__Given data__

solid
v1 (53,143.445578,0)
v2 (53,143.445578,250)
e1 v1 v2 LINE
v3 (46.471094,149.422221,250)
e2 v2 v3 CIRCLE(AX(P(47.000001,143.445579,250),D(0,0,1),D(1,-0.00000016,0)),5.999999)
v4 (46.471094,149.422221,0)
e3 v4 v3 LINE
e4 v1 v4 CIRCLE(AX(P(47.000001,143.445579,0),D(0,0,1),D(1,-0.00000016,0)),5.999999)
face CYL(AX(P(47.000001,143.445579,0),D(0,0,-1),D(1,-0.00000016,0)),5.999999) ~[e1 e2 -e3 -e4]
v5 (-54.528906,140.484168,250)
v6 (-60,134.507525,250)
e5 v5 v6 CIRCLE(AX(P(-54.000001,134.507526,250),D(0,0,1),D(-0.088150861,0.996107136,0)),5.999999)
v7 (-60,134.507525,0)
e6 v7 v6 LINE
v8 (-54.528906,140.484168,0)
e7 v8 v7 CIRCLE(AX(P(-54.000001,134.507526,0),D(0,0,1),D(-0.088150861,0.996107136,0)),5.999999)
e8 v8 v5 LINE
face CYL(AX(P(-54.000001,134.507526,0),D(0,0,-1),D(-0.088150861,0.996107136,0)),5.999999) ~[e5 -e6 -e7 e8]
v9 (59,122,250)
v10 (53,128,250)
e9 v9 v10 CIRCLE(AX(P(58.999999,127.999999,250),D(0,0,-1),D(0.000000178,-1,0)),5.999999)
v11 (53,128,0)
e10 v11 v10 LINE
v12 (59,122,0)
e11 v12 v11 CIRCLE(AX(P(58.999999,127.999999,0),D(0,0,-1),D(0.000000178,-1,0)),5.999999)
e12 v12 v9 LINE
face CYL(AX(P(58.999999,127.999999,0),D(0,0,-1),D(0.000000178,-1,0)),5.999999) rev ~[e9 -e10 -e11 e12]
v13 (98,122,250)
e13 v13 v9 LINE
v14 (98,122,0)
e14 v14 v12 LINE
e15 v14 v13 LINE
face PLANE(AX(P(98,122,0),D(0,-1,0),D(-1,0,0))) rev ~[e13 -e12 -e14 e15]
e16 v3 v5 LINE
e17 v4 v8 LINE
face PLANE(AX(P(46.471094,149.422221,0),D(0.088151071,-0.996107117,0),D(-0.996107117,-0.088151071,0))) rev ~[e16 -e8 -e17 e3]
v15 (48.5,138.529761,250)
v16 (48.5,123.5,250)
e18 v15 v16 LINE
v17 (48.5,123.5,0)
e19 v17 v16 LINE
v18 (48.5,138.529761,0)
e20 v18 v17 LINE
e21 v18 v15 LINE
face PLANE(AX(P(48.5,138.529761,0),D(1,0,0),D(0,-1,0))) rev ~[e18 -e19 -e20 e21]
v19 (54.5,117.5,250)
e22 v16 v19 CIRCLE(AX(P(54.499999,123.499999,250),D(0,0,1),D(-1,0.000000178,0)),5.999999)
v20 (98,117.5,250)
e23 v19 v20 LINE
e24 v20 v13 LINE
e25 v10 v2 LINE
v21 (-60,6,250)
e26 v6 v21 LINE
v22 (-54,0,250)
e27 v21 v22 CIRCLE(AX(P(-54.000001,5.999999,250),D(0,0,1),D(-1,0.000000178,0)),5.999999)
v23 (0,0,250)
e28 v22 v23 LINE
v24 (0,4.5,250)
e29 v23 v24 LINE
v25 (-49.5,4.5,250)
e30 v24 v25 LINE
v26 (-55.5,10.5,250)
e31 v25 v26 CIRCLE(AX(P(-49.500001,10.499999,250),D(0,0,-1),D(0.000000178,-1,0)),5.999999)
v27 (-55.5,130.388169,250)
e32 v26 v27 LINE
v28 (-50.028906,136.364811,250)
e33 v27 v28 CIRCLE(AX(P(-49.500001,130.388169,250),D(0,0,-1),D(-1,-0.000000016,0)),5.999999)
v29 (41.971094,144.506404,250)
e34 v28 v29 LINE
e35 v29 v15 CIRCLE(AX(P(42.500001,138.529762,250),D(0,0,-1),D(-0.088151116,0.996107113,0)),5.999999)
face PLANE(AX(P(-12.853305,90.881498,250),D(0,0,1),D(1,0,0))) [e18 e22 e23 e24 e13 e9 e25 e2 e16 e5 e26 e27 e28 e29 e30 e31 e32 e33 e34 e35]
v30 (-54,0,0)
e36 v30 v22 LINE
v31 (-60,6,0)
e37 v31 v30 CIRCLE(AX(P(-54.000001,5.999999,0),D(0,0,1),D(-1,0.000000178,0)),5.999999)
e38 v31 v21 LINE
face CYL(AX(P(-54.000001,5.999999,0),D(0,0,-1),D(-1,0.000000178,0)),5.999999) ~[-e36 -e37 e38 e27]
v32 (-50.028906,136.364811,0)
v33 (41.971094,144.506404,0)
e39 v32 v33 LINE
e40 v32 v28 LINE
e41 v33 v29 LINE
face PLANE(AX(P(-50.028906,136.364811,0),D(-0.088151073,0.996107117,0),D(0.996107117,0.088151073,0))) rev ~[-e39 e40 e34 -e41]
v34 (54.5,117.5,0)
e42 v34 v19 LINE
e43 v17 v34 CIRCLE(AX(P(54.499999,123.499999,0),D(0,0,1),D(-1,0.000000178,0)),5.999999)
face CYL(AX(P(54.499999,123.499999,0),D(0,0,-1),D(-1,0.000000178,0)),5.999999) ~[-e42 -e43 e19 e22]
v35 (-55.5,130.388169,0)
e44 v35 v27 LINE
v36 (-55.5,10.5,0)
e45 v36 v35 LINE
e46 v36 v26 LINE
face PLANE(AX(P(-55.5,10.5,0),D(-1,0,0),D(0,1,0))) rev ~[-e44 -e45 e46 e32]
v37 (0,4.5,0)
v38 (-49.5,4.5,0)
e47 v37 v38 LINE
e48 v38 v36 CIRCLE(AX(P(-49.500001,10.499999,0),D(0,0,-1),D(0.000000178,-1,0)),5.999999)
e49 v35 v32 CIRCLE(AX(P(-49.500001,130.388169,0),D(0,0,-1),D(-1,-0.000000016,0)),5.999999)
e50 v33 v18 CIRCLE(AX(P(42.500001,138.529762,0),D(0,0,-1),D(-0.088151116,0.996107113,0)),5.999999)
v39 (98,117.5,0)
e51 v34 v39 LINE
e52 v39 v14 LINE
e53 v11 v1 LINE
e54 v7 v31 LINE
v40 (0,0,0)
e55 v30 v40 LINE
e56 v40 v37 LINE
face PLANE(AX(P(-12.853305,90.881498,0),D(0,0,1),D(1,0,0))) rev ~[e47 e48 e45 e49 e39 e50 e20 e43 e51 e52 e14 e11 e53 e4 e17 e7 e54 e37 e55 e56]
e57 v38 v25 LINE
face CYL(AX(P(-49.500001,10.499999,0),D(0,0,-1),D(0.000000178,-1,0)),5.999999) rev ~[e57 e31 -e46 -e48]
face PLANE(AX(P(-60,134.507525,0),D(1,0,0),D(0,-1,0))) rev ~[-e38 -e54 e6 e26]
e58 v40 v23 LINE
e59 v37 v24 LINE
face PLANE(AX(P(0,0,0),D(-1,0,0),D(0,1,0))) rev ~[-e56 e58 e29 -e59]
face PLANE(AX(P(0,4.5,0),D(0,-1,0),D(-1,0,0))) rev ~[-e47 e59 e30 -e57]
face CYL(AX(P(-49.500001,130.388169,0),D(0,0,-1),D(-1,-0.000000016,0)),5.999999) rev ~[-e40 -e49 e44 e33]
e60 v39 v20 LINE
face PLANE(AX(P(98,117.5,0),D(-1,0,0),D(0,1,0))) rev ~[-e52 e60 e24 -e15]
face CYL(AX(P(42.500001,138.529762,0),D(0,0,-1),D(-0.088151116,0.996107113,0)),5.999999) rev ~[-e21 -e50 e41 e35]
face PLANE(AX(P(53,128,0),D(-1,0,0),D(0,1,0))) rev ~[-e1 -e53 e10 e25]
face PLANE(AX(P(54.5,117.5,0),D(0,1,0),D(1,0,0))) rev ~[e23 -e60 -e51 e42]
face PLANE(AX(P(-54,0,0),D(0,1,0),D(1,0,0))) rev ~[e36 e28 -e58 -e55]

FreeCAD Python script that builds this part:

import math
import FreeCAD as App
import Part
import Sketcher
Q = App.Units.Quantity

doc = App.newDocument("Part")
body = doc.addObject("PartDesign::Body", "Body")

# Sketch on XY plane
sketch1 = doc.addObject("Sketcher::SketchObject", "Sketch")
body.addObject(sketch1)
sketch1.AttachmentSupport = (doc.XY_Plane, [""])
sketch1.MapMode = "FlatFace"
sketch1.addGeometry(Part.LineSegment(App.Vector(-54, 0, 0), App.Vector(0, 0, 0)), False)
sketch1.addGeometry(Part.LineSegment(App.Vector(0, 0, 0), App.Vector(0, 4.5, 0)), False)
sketch1.addGeometry(Part.LineSegment(App.Vector(0, 4.5, 0), App.Vector(-49.5, 4.5, 0)), False)
sketch1.addGeometry(Part.ArcOfCircle(Part.Circle(App.Vector(-49.5, 10.5, 0), App.Vector(0, 0, 1), 6), math.radians(180), math.radians(270)), False)
sketch1.addGeometry(Part.LineSegment(App.Vector(-55.5, 10.5, 0), App.Vector(-55.5, 130.4, 0)), False)
sketch1.addGeometry(Part.ArcOfCircle(Part.Circle(App.Vector(-49.5, 130.4, 0), App.Vector(0, 0, 1), 6), math.radians(95), math.radians(180)), False)
sketch1.addGeometry(Part.LineSegment(App.Vector(-50, 136.4, 0), App.Vector(42, 144.5, 0)), False)
sketch1.addGeometry(Part.ArcOfCircle(Part.Circle(App.Vector(42.5, 138.5, 0), App.Vector(0, 0, 1), 6), math.radians(0), math.radians(95)), False)
sketch1.addGeometry(Part.LineSegment(App.Vector(48.5, 138.5, 0), App.Vector(48.5, 123.5, 0)), False)
sketch1.addGeometry(Part.ArcOfCircle(Part.Circle(App.Vector(54.5, 123.5, 0), App.Vector(0, 0, 1), 6), math.radians(180), math.radians(270)), False)
sketch1.addGeometry(Part.LineSegment(App.Vector(54.5, 117.5, 0), App.Vector(98, 117.5, 0)), False)
sketch1.addGeometry(Part.LineSegment(App.Vector(98, 117.5, 0), App.Vector(98, 122, 0)), False)
sketch1.addGeometry(Part.LineSegment(App.Vector(98, 122, 0), App.Vector(59, 122, 0)), False)
sketch1.addGeometry(Part.ArcOfCircle(Part.Circle(App.Vector(59, 128, 0), App.Vector(0, 0, 1), 6), math.radians(180), math.radians(270)), False)
sketch1.addGeometry(Part.LineSegment(App.Vector(53, 128, 0), App.Vector(53, 143.4, 0)), False)
sketch1.addGeometry(Part.ArcOfCircle(Part.Circle(App.Vector(47, 143.4, 0), App.Vector(0, 0, 1), 6), math.radians(0), math.radians(95)), False)
sketch1.addGeometry(Part.LineSegment(App.Vector(46.5, 149.4, 0), App.Vector(-54.5, 140.5, 0)), False)
sketch1.addGeometry(Part.ArcOfCircle(Part.Circle(App.Vector(-54, 134.5, 0), App.Vector(0, 0, 1), 6), math.radians(95), math.radians(180)), False)
sketch1.addGeometry(Part.LineSegment(App.Vector(-60, 134.5, 0), App.Vector(-60, 6, 0)), False)
sketch1.addGeometry(Part.ArcOfCircle(Part.Circle(App.Vector(-54, 6, 0), App.Vector(0, 0, 1), 6), math.radians(180), math.radians(270)), False)
sketch1.addConstraint(Sketcher.Constraint("Coincident", 0, 2, 1, 1))
sketch1.addConstraint(Sketcher.Constraint("Coincident", 1, 2, 2, 1))
sketch1.addConstraint(Sketcher.Constraint("Tangent", 2, 2, 3, 2))
sketch1.addConstraint(Sketcher.Constraint("Tangent", 3, 1, 4, 1))
sketch1.addConstraint(Sketcher.Constraint("Tangent", 4, 2, 5, 2))
sketch1.addConstraint(Sketcher.Constraint("Tangent", 5, 1, 6, 1))
sketch1.addConstraint(Sketcher.Constraint("Tangent", 6, 2, 7, 2))
sketch1.addConstraint(Sketcher.Constraint("Tangent", 7, 1, 8, 1))
sketch1.addConstraint(Sketcher.Constraint("Tangent", 8, 2, 9, 1))
sketch1.addConstraint(Sketcher.Constraint("Tangent", 9, 2, 10, 1))
sketch1.addConstraint(Sketcher.Constraint("Coincident", 10, 2, 11, 1))
sketch1.addConstraint(Sketcher.Constraint("Coincident", 11, 2, 12, 1))
sketch1.addConstraint(Sketcher.Constraint("Tangent", 12, 2, 13, 2))
sketch1.addConstraint(Sketcher.Constraint("Tangent", 13, 1, 14, 1))
sketch1.addConstraint(Sketcher.Constraint("Tangent", 14, 2, 15, 1))
sketch1.addConstraint(Sketcher.Constraint("Tangent", 15, 2, 16, 1))
sketch1.addConstraint(Sketcher.Constraint("Tangent", 16, 2, 17, 1))
sketch1.addConstraint(Sketcher.Constraint("Tangent", 17, 2, 18, 1))
sketch1.addConstraint(Sketcher.Constraint("Tangent", 18, 2, 19, 1))
sketch1.addConstraint(Sketcher.Constraint("Tangent", 19, 2, 0, 1))
sketch1.addConstraint(Sketcher.Constraint("Horizontal", 0))
sketch1.addConstraint(Sketcher.Constraint("Vertical", 1))
sketch1.addConstraint(Sketcher.Constraint("Horizontal", 2))
sketch1.addConstraint(Sketcher.Constraint("Vertical", 4))
sketch1.addConstraint(Sketcher.Constraint("Vertical", 8))
sketch1.addConstraint(Sketcher.Constraint("Horizontal", 10))
sketch1.addConstraint(Sketcher.Constraint("Vertical", 11))
sketch1.addConstraint(Sketcher.Constraint("Horizontal", 12))
sketch1.addConstraint(Sketcher.Constraint("Vertical", 14))
sketch1.addConstraint(Sketcher.Constraint("Vertical", 18))
sketch1.addConstraint(Sketcher.Constraint("Coincident", 0, 2, -1, 1))
sketch1.addConstraint(Sketcher.Constraint("Equal", 3, 5))
sketch1.addConstraint(Sketcher.Constraint("Equal", 5, 7))
sketch1.addConstraint(Sketcher.Constraint("Equal", 7, 9))
sketch1.addConstraint(Sketcher.Constraint("Equal", 9, 13))
sketch1.addConstraint(Sketcher.Constraint("Equal", 13, 15))
sketch1.addConstraint(Sketcher.Constraint("Equal", 15, 17))
sketch1.addConstraint(Sketcher.Constraint("Equal", 17, 19))
sketch1.addConstraint(Sketcher.Constraint("Parallel", 6, 16))
sketch1.addConstraint(Sketcher.Constraint("Equal", 1, 11))
sketch1.addConstraint(Sketcher.Constraint("Radius", 3, Q("5.999999 mm")))
sketch1.addConstraint(Sketcher.Constraint("DistanceX", 0, 1, 0, 2, Q("54 mm")))
sketch1.addConstraint(Sketcher.Constraint("DistanceX", 12, 2, 12, 1, Q("39 mm")))
sketch1.addConstraint(Sketcher.Constraint("DistanceX", 2, 2, 2, 1, Q("49.5 mm")))
sketch1.addConstraint(Sketcher.Constraint("DistanceX", 10, 1, 10, 2, Q("43.5 mm")))
sketch1.addConstraint(Sketcher.Constraint("DistanceY", 1, 1, 1, 2, Q("4.5 mm")))
sketch1.addConstraint(Sketcher.Constraint("DistanceX", -1, 1, 13, 3, Q("58.999999 mm")))
sketch1.addConstraint(Sketcher.Constraint("DistanceY", -1, 1, 13, 3, Q("127.999999 mm")))
sketch1.addConstraint(Sketcher.Constraint("DistanceY", 4, 2, 16, 2, Q("10.095999 mm")))
sketch1.addConstraint(Sketcher.Constraint("DistanceY", 4, 1, 4, 2, Q("119.888169 mm")))
sketch1.addConstraint(Sketcher.Constraint("DistanceY", 8, 2, 8, 1, Q("15.029761 mm")))
pad1 = doc.addObject("PartDesign::Pad", "Pad")
body.addObject(pad1)
pad1.Profile = sketch1
pad1.Length = 250

doc.recompute()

__Exercise__
Would you output, from the records above, exactly the run of lines that starts at the line containing "v18 (48.5,138.529761,0)" and ends at the line containing "e40 v32 v28 LINE", and only that run?

__Output below__
v18 (48.5,138.529761,0)
e20 v18 v17 LINE
e21 v18 v15 LINE
face PLANE(AX(P(48.5,138.529761,0),D(1,0,0),D(0,-1,0))) rev ~[e18 -e19 -e20 e21]
v19 (54.5,117.5,250)
e22 v16 v19 CIRCLE(AX(P(54.499999,123.499999,250),D(0,0,1),D(-1,0.000000178,0)),5.999999)
v20 (98,117.5,250)
e23 v19 v20 LINE
e24 v20 v13 LINE
e25 v10 v2 LINE
v21 (-60,6,250)
e26 v6 v21 LINE
v22 (-54,0,250)
e27 v21 v22 CIRCLE(AX(P(-54.000001,5.999999,250),D(0,0,1),D(-1,0.000000178,0)),5.999999)
v23 (0,0,250)
e28 v22 v23 LINE
v24 (0,4.5,250)
e29 v23 v24 LINE
v25 (-49.5,4.5,250)
e30 v24 v25 LINE
v26 (-55.5,10.5,250)
e31 v25 v26 CIRCLE(AX(P(-49.500001,10.499999,250),D(0,0,-1),D(0.000000178,-1,0)),5.999999)
v27 (-55.5,130.388169,250)
e32 v26 v27 LINE
v28 (-50.028906,136.364811,250)
e33 v27 v28 CIRCLE(AX(P(-49.500001,130.388169,250),D(0,0,-1),D(-1,-0.000000016,0)),5.999999)
v29 (41.971094,144.506404,250)
e34 v28 v29 LINE
e35 v29 v15 CIRCLE(AX(P(42.500001,138.529762,250),D(0,0,-1),D(-0.088151116,0.996107113,0)),5.999999)
face PLANE(AX(P(-12.853305,90.881498,250),D(0,0,1),D(1,0,0))) [e18 e22 e23 e24 e13 e9 e25 e2 e16 e5 e26 e27 e28 e29 e30 e31 e32 e33 e34 e35]
v30 (-54,0,0)
e36 v30 v22 LINE
v31 (-60,6,0)
e37 v31 v30 CIRCLE(AX(P(-54.000001,5.999999,0),D(0,0,1),D(-1,0.000000178,0)),5.999999)
e38 v31 v21 LINE
face CYL(AX(P(-54.000001,5.999999,0),D(0,0,-1),D(-1,0.000000178,0)),5.999999) ~[-e36 -e37 e38 e27]
v32 (-50.028906,136.364811,0)
v33 (41.971094,144.506404,0)
e39 v32 v33 LINE
e40 v32 v28 LINE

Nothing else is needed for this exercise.